I think I know the answer to this question but I'm asking anyway. I'm entering a local jerky contest and mixed up 5 lbs of venison I had ground with 30% pork shoulder. I've always used straight venison but didn't even think about the difference. You can definitely taste the fat and the meat sweats when I finished it in an oven as is my normal process. I also used prague powder as preservative and it actually tastes pretty good despite a little aftertaste. I'm going to get my hands on some straight ground venison to do this again, but I'm wondering, given the pork shoulder/a little fat, if I can keep this jerky for consumption at a later date. I intend to shrink wrap it in food saver bags. (is it safe)

Many thanks, 

Frank


----------



## crazymoon (Jan 28, 2018)

F3, You used a cure ,so just refrigerate it and you will be fine.
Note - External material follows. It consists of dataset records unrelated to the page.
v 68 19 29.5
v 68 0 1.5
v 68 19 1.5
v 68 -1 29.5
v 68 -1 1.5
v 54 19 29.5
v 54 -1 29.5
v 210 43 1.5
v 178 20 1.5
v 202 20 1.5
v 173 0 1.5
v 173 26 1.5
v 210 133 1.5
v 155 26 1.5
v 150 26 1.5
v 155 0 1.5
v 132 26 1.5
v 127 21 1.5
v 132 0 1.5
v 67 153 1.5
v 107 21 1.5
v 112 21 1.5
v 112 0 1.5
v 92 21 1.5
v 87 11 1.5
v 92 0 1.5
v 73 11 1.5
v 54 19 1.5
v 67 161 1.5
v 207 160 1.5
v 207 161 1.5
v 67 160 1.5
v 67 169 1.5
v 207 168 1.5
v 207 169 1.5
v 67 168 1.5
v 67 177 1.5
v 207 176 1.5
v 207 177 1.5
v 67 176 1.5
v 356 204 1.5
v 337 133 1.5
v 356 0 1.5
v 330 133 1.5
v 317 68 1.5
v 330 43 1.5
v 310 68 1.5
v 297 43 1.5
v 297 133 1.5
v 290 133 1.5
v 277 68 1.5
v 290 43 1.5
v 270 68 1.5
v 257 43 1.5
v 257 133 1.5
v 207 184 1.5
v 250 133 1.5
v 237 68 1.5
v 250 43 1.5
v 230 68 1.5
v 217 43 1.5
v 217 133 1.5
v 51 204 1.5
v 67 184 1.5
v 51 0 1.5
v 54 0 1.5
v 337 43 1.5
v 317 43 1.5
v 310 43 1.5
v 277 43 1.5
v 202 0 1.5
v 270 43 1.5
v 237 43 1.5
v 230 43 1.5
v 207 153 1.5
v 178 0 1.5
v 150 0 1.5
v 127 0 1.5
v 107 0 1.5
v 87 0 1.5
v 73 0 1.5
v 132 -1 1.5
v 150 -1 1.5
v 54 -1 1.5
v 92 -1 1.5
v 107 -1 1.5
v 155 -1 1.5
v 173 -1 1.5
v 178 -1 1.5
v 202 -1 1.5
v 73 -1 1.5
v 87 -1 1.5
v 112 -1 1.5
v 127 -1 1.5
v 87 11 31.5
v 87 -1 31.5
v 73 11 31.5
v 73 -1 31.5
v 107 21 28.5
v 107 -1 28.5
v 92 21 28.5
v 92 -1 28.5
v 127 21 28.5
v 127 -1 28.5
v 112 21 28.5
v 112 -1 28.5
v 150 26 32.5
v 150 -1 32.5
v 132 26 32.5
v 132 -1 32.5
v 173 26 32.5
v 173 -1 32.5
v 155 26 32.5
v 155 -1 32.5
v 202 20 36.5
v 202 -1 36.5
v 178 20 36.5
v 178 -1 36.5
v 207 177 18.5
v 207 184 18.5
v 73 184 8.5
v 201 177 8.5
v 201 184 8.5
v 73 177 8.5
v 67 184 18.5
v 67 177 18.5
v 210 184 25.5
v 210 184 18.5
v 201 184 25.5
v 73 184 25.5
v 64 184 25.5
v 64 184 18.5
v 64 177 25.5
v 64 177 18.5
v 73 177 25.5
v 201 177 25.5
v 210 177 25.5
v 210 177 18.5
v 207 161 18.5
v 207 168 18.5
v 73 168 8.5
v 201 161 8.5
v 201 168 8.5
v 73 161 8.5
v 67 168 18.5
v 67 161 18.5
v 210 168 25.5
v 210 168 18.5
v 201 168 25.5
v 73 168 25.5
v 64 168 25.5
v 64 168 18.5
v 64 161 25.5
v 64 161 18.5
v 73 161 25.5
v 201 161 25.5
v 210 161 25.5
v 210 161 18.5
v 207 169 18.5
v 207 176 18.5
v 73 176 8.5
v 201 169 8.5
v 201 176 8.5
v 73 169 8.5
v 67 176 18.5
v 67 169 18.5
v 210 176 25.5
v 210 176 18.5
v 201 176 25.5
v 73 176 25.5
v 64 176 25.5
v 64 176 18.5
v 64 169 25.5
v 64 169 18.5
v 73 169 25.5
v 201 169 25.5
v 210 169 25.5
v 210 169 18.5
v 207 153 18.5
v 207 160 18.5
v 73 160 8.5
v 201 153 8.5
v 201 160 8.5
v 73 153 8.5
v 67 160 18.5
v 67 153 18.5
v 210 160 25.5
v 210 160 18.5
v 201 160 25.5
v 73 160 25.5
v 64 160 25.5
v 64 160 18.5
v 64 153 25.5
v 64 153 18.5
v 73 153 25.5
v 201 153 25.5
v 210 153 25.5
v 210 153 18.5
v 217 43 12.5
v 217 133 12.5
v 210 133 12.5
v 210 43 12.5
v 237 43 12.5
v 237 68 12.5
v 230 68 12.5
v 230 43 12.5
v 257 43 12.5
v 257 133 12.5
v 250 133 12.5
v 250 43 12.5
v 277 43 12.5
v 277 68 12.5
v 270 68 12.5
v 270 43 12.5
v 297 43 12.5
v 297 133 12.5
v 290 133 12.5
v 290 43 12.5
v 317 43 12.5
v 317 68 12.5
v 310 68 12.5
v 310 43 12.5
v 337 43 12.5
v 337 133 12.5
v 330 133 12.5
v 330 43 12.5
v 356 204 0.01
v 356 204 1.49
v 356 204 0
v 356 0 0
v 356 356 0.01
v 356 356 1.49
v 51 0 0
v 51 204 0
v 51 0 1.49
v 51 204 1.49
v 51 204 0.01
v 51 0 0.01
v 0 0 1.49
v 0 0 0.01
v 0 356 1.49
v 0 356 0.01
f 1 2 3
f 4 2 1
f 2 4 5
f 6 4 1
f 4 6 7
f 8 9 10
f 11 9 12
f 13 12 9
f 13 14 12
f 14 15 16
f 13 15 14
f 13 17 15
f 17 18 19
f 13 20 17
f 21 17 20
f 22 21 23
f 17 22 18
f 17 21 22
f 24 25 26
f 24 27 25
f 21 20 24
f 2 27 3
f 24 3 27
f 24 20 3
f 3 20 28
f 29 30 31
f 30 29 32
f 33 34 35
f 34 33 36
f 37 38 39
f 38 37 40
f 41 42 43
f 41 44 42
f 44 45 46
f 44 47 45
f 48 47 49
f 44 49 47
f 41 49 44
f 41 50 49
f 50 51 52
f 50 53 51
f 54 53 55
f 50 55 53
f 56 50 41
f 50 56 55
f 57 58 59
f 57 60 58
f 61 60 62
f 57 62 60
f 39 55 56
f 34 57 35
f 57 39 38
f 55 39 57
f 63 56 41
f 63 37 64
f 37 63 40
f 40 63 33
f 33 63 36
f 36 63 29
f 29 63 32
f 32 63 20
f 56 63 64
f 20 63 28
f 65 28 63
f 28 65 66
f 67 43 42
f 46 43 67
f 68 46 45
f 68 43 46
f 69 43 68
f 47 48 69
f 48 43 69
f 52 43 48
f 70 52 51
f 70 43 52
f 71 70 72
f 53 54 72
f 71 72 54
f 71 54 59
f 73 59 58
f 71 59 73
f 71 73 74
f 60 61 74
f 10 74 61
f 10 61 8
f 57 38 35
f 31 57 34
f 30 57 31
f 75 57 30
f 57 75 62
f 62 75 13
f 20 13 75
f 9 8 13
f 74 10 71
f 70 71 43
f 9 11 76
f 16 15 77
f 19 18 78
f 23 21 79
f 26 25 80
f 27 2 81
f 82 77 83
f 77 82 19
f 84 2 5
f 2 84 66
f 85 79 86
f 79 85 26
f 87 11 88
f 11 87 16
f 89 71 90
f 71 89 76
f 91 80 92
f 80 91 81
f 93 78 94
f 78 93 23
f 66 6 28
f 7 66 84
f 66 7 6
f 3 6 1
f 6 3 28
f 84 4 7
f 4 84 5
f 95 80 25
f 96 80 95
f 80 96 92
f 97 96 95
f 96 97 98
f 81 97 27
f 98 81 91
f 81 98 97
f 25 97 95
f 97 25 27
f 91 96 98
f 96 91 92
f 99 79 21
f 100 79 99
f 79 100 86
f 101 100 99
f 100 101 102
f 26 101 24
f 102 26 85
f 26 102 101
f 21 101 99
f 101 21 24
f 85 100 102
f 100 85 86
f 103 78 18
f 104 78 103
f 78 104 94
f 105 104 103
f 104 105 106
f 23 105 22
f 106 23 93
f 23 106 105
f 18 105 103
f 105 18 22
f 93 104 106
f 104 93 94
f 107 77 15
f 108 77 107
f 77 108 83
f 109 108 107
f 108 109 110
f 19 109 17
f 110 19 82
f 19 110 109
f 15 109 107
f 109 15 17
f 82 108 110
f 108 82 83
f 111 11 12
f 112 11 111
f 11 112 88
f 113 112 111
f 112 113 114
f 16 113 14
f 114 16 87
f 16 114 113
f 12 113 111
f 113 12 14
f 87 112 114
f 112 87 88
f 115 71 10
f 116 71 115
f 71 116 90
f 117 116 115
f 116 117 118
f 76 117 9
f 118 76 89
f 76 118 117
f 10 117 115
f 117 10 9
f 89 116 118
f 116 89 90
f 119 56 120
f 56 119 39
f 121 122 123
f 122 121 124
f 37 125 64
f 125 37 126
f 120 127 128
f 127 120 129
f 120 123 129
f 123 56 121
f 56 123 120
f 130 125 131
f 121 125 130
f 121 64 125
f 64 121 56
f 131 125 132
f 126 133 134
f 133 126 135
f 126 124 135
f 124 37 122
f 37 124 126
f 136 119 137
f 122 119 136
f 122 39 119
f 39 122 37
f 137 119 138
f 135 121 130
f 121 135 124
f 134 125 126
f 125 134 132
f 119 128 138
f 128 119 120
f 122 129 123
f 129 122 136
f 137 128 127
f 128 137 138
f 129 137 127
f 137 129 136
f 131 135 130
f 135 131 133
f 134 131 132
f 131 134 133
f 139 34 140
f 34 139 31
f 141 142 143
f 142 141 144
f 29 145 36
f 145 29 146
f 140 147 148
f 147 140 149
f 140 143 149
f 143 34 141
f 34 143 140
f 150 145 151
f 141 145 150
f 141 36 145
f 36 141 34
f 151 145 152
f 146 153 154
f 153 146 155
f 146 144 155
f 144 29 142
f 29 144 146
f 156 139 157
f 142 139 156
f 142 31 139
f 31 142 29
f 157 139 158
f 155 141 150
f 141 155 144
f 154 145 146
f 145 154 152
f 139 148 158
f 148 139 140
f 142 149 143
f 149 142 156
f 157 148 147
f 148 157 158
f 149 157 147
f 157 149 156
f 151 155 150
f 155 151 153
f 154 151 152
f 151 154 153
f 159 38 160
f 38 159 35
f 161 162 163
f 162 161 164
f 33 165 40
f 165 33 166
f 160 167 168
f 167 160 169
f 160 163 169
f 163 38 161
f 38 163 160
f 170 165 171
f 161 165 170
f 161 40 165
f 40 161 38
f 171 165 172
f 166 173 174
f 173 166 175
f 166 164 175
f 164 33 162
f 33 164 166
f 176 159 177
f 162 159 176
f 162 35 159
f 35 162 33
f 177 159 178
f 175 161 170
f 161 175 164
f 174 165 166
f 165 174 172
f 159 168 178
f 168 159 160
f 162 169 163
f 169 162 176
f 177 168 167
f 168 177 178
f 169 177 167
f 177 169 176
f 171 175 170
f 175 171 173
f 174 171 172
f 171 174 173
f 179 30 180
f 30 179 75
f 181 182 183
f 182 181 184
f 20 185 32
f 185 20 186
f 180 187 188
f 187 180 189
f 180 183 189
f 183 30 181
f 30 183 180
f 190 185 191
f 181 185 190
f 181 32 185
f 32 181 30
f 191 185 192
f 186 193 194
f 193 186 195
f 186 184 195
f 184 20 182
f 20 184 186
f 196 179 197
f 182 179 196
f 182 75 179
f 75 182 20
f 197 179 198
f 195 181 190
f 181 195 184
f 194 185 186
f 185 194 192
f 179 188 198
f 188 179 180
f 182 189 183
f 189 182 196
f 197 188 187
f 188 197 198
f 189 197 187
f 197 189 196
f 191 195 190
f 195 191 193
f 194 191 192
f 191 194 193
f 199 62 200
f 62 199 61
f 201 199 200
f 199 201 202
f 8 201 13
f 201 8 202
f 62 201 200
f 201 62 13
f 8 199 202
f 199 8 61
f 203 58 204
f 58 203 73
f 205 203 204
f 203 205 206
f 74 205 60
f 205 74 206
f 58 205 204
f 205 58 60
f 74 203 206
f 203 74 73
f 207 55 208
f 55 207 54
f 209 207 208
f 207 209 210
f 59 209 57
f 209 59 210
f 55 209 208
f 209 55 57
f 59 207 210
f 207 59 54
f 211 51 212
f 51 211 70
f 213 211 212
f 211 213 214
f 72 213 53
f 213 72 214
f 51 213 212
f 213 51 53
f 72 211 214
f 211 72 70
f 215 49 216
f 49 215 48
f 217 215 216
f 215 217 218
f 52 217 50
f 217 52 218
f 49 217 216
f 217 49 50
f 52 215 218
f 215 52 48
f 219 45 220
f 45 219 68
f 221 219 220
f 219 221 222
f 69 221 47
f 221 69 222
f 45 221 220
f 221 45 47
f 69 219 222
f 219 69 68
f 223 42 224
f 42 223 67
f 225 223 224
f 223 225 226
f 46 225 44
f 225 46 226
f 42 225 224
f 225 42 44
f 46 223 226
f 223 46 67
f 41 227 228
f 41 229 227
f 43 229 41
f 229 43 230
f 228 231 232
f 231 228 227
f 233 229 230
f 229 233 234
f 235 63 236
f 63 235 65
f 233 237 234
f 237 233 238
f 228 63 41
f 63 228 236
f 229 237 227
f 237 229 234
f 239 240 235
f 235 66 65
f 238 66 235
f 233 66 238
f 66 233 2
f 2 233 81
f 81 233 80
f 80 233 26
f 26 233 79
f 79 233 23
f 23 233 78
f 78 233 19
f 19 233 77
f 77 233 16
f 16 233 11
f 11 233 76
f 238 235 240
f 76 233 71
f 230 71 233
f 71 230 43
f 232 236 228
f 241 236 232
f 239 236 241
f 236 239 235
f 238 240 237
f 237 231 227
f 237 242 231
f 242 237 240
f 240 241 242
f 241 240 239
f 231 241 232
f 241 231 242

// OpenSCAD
// ATX motherboard.

// Constants:
OX = 0.01;
pcbX = 305;
pcbY = 204;
pcbZ = 1.5;
wtxX = 356;
wtxY = 356;
ramX = 140;
ramY = 7;
ramZ = 7;

// Colors:
pcbColor = [56/255, 107/255, 172/255];
wtxColor = [100/255, 100/255, 255/255, 0.3];
metalColor = [255/255, 255/255, 255/255];
ram1Color = [238/255, 51/255, 41/255];
ram2Color = [252/255, 224/255, 57/255];
darkColor = [64/255, 64/255, 64/255];

// Modules:
module ramSlot(baseColor) {
    color(baseColor) {
        cube([140, ramY, ramZ]);
        cube([6, ramY, 17]);
        translate([ramX - 6, 0, 0]) cube([6, ramY, 17]);
    }
    color(metalColor) {
        translate([ramX - 6, 0, 17]) cube([9, ramY, 7]);
    }
    color(metalColor) {
        translate([-3, 0, 17]) cube([9, ramY, 7]);
    }
}

module pcie1() {
    color(darkColor) cube([ramY, 25, 11]);
}

module pcie16() {
    color(darkColor) cube([ramY, 90, 11]);
}

module motherboard() {
    // PCB:
	translate([wtxX - pcbX, 0, 0]) {
		color(pcbColor) cube([pcbX, pcbY, pcbZ]);
		translate([0, 0, pcbZ]) { // Place on board.

		// Periphery:
		color(metalColor) {
			translate([3, -1, 0]) {
				cube([14, 20, 28]);
				translate([14+5, 0, 0]) cube([14, 12, 30]);
				translate([(19)+14+5, 0, 0]) cube([15, 22, 27]);
				translate([(38)+15+5, 0, 0]) cube([15, 22, 27]);
				translate([(58)+15+5, 0, 0]) cube([18, 27, 31]);
				translate([(78)+18+5, 0, 0]) cube([18, 27, 31]);
				translate([(101)+18+5, 0, 0]) cube([24, 21, 35]);
			}
		}

		// RAM:
		translate([16, pcbY - 27, 0]) ramSlot(ram1Color);
		translate([16, pcbY - 27 - 2 * (ramY + 1), 0]) ramSlot(ram1Color);
		translate([16, pcbY - 27 - 1 * (ramY + 1), 0]) ramSlot(ram2Color);
		translate([16, pcbY - 27 - 3 * (ramY + 1), 0]) ramSlot(ram2Color);

		translate([159, 43, 0]) pcie16();
		translate([159 + 20 * 1, 43, 0]) pcie1();
		translate([159 + 20 * 2, 43, 0]) pcie16();
		translate([159 + 20 * 3, 43, 0]) pcie1();
		translate([159 + 20 * 4, 43, 0]) pcie16();
		translate([159 + 20 * 5, 43, 0]) pcie1();
		translate([159 + 20 * 6, 43, 0]) pcie16();

		}
	}
	// WTX preview:
	color(wtxColor) translate([0, 0, OX]) cube([wtxX, wtxY, pcbZ - 2 * OX]);
}

motherboard();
I always try to remove all fat from my jerky meat as it makes it taste a bit greasy.


----------



## frankieg3 (Jan 28, 2018)

Thanks CM. I figured given the cure it would be ok. I have never used anything but straight venison in the past so the taste is noticeably different than my normal finished product, and frankly not as good.


----------



## SmokinAl (Jan 28, 2018)

With the fat in it it will just not last as long before spoiling.
Al


----------